Set down the lines below exactly as they stand, please. Go from the first through the one containing "v 77.575 5.602 9".

● ● ●

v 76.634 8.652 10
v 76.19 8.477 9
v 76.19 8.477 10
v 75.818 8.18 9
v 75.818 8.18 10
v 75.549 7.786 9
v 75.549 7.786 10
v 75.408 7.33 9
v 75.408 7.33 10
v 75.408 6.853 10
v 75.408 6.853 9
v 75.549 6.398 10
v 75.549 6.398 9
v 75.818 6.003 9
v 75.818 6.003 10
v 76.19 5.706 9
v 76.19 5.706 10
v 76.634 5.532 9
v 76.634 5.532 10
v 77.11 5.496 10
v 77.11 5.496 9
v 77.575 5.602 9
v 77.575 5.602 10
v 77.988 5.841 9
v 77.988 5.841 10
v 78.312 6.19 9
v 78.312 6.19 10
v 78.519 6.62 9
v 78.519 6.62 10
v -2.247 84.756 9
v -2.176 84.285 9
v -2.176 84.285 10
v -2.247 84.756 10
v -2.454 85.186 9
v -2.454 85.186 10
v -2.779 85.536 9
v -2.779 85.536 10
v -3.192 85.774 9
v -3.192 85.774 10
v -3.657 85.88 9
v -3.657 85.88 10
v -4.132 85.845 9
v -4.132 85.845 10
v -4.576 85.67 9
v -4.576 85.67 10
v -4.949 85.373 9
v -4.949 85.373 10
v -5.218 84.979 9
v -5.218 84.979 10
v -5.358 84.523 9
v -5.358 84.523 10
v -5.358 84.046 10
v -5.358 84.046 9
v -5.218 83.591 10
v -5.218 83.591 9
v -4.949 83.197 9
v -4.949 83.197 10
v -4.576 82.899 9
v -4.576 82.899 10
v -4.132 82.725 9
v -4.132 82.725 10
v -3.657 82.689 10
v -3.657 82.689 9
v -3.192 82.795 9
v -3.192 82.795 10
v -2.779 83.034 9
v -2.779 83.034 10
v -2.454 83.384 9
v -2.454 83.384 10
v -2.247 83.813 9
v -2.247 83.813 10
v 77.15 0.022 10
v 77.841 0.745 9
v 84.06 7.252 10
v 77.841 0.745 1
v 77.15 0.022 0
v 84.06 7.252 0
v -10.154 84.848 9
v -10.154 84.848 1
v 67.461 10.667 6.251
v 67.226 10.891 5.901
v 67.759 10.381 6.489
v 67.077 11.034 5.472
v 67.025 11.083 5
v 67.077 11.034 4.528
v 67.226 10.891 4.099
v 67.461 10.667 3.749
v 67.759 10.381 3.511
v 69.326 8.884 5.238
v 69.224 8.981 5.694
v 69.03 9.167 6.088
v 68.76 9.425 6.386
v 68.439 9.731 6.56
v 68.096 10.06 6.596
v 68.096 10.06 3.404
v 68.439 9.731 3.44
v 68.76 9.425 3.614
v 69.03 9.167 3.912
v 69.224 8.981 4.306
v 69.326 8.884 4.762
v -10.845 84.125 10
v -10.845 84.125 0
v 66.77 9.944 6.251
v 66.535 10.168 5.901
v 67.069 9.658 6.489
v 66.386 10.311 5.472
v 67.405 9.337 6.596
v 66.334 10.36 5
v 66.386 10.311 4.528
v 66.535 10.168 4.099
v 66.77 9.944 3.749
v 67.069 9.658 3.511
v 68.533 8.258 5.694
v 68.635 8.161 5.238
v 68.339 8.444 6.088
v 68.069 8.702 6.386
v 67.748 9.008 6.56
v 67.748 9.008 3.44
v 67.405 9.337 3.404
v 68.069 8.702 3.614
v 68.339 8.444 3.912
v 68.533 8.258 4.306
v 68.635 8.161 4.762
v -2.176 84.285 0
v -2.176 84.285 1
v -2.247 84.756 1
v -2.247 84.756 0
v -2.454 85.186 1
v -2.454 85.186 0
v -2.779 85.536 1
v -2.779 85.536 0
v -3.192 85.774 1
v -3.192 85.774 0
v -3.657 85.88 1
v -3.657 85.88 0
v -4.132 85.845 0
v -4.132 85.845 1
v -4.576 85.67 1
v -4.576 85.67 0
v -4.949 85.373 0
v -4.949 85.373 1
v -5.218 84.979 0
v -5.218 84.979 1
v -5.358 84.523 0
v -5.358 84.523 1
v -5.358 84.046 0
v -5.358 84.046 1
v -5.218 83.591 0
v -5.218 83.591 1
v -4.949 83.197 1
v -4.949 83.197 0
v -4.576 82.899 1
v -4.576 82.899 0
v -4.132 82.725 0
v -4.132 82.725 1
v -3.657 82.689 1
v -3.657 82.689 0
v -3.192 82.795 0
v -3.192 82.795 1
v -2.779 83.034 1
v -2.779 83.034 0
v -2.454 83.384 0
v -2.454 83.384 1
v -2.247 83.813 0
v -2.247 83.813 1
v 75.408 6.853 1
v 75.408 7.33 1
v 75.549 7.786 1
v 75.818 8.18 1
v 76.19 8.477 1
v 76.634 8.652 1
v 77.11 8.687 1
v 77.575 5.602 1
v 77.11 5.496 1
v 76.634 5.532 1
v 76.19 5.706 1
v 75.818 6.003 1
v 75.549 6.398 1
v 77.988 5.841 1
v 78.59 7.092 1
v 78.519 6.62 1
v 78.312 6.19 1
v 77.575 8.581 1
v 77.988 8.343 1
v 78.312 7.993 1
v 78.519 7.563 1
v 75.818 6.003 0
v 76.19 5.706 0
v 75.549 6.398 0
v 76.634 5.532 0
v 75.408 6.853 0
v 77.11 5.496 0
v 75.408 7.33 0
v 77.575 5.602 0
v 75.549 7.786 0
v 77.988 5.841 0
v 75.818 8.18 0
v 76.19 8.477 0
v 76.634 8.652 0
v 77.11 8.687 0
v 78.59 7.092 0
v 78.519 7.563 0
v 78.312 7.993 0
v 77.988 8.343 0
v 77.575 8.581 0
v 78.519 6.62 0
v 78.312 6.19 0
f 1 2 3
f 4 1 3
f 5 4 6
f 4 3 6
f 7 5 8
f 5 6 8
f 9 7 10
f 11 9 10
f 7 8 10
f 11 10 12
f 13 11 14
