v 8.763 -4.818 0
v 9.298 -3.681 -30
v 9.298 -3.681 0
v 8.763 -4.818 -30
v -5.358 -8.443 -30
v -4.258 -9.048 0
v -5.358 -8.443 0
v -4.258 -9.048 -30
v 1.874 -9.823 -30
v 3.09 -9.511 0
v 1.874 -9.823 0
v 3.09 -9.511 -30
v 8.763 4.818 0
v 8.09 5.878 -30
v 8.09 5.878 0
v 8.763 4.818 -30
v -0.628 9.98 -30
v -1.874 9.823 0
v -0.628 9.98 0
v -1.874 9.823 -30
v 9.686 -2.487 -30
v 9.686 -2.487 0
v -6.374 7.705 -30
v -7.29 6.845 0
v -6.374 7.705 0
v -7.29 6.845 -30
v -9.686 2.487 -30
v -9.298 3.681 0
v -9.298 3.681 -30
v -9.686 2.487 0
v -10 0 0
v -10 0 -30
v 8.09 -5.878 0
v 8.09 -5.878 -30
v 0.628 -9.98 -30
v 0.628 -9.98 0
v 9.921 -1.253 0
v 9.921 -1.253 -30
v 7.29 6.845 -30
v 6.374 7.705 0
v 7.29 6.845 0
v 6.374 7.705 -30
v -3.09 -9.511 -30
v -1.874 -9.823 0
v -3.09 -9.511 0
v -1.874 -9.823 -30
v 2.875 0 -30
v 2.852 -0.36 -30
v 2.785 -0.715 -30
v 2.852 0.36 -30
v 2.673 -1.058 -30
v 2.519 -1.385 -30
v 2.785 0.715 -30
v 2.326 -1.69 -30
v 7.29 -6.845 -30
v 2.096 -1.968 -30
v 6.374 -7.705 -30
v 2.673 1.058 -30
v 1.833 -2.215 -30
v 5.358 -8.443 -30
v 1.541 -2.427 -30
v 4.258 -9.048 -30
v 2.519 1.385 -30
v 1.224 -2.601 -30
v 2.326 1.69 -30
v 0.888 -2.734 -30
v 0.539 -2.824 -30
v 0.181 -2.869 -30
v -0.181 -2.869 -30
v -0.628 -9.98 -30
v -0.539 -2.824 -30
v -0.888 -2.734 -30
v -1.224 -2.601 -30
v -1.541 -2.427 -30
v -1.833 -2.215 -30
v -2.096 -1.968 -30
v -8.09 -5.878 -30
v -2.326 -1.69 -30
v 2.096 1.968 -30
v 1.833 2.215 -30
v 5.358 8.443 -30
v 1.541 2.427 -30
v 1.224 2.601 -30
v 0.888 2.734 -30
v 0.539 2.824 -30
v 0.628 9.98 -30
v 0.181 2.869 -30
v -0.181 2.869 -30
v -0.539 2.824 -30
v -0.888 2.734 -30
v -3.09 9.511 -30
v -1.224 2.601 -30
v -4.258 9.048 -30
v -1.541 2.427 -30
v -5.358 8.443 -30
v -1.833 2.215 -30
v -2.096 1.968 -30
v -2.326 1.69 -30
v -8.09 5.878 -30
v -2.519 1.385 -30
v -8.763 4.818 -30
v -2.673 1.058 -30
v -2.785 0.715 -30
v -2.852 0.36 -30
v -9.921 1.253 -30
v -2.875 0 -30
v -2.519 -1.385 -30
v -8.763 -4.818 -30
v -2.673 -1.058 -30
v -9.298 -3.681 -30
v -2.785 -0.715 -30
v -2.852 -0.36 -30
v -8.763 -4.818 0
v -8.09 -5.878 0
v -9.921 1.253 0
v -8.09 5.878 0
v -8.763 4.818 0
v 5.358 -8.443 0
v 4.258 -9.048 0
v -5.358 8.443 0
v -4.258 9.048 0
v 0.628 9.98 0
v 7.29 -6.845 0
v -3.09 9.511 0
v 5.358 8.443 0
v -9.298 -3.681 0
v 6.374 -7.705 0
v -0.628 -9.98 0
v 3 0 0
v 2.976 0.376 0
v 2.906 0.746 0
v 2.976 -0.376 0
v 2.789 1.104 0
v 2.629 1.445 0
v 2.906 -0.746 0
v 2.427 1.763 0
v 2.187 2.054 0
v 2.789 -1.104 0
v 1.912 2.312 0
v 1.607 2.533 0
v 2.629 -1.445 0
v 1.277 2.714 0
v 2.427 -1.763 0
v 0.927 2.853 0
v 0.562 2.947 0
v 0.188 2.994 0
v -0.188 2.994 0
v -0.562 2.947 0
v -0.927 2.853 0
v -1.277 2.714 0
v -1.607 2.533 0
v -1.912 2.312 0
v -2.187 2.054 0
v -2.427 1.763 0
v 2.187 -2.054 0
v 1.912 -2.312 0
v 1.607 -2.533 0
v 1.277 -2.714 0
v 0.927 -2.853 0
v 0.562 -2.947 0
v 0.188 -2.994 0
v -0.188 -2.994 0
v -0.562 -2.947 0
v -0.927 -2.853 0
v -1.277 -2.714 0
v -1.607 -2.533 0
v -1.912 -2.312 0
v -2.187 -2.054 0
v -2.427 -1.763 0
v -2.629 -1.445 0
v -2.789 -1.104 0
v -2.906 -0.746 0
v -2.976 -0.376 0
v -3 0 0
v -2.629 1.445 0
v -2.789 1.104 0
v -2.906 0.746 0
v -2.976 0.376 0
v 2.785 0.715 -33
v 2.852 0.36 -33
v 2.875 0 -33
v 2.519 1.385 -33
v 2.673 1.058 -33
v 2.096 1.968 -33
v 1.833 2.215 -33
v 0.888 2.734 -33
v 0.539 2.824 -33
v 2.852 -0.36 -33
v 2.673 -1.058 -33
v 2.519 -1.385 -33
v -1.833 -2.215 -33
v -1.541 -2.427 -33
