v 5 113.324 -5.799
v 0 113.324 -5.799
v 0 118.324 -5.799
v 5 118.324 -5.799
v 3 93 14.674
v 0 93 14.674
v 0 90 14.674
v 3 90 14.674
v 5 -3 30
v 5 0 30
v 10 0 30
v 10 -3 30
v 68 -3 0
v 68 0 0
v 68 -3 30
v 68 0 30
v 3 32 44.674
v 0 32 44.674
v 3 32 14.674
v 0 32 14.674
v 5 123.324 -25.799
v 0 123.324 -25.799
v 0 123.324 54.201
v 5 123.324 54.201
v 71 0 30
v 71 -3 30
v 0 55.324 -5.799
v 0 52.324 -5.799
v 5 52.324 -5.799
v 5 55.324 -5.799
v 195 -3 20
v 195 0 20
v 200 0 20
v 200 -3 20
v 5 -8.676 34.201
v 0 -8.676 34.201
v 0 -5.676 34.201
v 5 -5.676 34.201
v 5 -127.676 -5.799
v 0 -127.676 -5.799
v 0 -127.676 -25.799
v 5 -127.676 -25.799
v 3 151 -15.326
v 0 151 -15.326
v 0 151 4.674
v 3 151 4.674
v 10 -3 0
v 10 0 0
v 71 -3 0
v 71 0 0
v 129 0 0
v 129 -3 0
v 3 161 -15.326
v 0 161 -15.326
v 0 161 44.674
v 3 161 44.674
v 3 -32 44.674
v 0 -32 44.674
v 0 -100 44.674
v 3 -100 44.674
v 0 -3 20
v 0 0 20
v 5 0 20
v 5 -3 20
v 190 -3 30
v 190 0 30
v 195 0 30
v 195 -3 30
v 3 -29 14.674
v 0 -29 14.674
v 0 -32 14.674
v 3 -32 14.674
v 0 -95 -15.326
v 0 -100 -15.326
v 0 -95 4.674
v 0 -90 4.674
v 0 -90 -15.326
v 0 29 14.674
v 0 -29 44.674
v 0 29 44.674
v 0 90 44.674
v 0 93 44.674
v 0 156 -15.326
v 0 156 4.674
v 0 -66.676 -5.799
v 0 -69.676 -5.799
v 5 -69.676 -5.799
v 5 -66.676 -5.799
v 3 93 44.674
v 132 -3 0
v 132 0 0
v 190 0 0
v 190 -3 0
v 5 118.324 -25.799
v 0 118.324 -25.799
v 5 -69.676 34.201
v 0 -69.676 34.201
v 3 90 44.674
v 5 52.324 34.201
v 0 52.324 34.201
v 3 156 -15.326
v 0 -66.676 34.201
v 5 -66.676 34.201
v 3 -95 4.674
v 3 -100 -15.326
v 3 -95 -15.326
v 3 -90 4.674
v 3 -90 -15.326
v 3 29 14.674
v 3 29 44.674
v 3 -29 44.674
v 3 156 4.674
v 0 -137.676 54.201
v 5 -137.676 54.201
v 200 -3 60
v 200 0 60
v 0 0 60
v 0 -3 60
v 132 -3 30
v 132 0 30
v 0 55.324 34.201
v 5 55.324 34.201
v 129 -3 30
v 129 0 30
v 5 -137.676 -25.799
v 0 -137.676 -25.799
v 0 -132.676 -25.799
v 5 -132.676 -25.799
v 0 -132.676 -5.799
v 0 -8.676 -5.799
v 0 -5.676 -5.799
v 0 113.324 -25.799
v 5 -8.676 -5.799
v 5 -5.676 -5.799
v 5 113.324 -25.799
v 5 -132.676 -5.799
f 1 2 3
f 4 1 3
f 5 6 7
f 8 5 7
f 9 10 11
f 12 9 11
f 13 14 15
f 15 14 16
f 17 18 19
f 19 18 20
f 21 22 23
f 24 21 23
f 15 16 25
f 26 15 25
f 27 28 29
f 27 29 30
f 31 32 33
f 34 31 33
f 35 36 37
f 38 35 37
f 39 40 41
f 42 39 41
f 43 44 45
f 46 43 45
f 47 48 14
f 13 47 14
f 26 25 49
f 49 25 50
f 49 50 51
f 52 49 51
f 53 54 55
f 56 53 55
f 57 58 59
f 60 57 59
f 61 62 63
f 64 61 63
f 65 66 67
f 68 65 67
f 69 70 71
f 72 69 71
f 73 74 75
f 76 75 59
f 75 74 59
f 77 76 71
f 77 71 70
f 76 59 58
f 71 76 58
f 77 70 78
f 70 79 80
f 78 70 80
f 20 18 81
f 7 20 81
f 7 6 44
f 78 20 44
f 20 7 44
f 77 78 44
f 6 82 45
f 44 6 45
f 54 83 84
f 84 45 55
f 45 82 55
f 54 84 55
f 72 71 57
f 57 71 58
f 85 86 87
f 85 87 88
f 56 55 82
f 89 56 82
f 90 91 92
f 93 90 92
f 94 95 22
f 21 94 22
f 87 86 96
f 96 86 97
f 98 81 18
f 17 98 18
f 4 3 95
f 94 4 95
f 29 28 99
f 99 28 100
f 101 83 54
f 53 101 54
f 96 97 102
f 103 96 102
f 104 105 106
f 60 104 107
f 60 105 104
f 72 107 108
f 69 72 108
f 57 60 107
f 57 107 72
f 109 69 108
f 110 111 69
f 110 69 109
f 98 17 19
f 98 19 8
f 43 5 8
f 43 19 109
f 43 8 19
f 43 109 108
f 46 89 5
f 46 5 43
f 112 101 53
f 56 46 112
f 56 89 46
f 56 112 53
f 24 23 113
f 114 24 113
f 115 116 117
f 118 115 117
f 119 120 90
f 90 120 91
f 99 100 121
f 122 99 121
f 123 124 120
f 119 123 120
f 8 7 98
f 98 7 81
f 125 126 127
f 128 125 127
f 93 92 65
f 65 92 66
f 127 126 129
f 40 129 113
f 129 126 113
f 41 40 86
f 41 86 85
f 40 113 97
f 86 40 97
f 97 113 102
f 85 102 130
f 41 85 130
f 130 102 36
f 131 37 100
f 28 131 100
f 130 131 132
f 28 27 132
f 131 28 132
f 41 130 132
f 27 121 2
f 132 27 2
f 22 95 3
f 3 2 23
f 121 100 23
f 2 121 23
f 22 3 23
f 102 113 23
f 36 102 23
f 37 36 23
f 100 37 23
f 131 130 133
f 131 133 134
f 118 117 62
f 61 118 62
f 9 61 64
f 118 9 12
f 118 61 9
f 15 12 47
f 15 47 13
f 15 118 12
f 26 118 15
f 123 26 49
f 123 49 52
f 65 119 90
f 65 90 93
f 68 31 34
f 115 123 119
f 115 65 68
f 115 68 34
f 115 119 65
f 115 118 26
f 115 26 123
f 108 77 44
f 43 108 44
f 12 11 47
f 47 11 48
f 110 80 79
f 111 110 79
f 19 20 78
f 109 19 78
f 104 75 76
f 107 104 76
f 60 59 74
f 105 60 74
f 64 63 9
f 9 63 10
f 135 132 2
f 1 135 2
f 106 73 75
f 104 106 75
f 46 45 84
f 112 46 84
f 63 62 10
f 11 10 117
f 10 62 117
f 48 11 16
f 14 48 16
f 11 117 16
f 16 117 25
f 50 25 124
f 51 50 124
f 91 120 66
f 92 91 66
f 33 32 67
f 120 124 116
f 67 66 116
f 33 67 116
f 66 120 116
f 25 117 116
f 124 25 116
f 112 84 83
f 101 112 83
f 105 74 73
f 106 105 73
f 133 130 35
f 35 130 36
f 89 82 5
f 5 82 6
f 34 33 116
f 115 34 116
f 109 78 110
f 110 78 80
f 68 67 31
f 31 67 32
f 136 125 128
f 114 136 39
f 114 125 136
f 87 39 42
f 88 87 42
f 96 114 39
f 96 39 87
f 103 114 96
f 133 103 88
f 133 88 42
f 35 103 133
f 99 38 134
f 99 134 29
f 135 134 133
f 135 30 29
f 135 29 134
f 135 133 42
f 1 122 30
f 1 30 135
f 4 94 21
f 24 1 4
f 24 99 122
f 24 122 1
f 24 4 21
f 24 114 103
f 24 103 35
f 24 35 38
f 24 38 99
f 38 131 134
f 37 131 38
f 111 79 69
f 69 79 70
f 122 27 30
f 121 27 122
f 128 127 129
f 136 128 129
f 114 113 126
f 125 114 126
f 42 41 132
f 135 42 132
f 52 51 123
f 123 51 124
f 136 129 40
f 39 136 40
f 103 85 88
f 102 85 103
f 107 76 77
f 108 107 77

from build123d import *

# Parameters (mm, degrees)
F1_DEPTH = 3
F3_DEPTH = 3
F4_W     = 3
F4_H     = 40
F5_DEPTH = 5


with BuildPart() as f1:
    # F0 (on Front) → F1 (new body)
    with BuildSketch(Plane.XZ):
        Polygon((0, 60), (0, 20), (5, 20), (5, 30), (10, 30), (10, 0), (68, 0), (68, 30), (71, 30), (71, 0), (129, 0), (129, 30), (132, 30), (132, 0), (190, 0), (190, 30), (195, 30), (195, 20), (200, 20), (200, 60), align=None)
    extrude(amount=F1_DEPTH)


with BuildPart() as f3:
    # F2 (on Right) → F3 (new body)
    with BuildSketch(Plane.YZ):
        Polygon((-100, 44.673787), (-100, -15.326213), (-95, -15.326213), (-95, 4.673787), (-90, 4.673787), (-90, -15.326213), (151, -15.326213), (151, 4.673787), (156, 4.673787), (156, -15.326213), (161, -15.326213), (161, 44.673787), (93, 44.673787), (93, 14.673787), (90, 14.673787), (90, 44.673787), (32, 44.673787), (32, 14.673787), (29, 14.673787), (29, 44.673787), (-29, 44.673787), (-29, 14.673787), (-32, 14.673787), (-32, 44.673787), align=None)
    extrude(amount=F3_DEPTH)


with BuildPart() as f5:
    # F4 (on Right) → F5 (new body)
    with BuildSketch(Plane.YZ):
        Polygon((118.323529, -25.799315), (123.323529, -25.799315), (123.323529, 54.200685), (-137.676471, 54.200685), (-137.676471, -25.799315), (-132.676471, -25.799315), (-132.676471, -5.799315), (-127.676471, -5.799315), (-127.676471, -25.799315), (113.323529, -25.799315), (113.323529, -5.799315), (118.323529, -5.799315), align=None)
        with Locations((-68.176471, 14.200685)):
            Rectangle(F4_W, F4_H, mode=Mode.SUBTRACT)
        with Locations((-7.176471, 14.200685)):
            Rectangle(F4_W, F4_H, mode=Mode.SUBTRACT)
        with Locations((53.823529, 14.200685)):
            Rectangle(F4_W, F4_H, mode=Mode.SUBTRACT)
    extrude(amount=F5_DEPTH)


solid = Compound([f1.part, f3.part, f5.part])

● ● ●

Reply:
v 76.634 8.652 10
v 76.19 8.477 9
v 76.19 8.477 10
v 75.818 8.18 9
v 75.818 8.18 10
v 75.549 7.786 9
v 75.549 7.786 10
v 75.408 7.33 9
v 75.408 7.33 10
v 75.408 6.853 10
v 75.408 6.853 9
v 75.549 6.398 10
v 75.549 6.398 9
v 75.818 6.003 9
v 75.818 6.003 10
v 76.19 5.706 9
v 76.19 5.706 10
v 76.634 5.532 9
v 76.634 5.532 10
v 77.11 5.496 10
v 77.11 5.496 9
v 77.575 5.602 9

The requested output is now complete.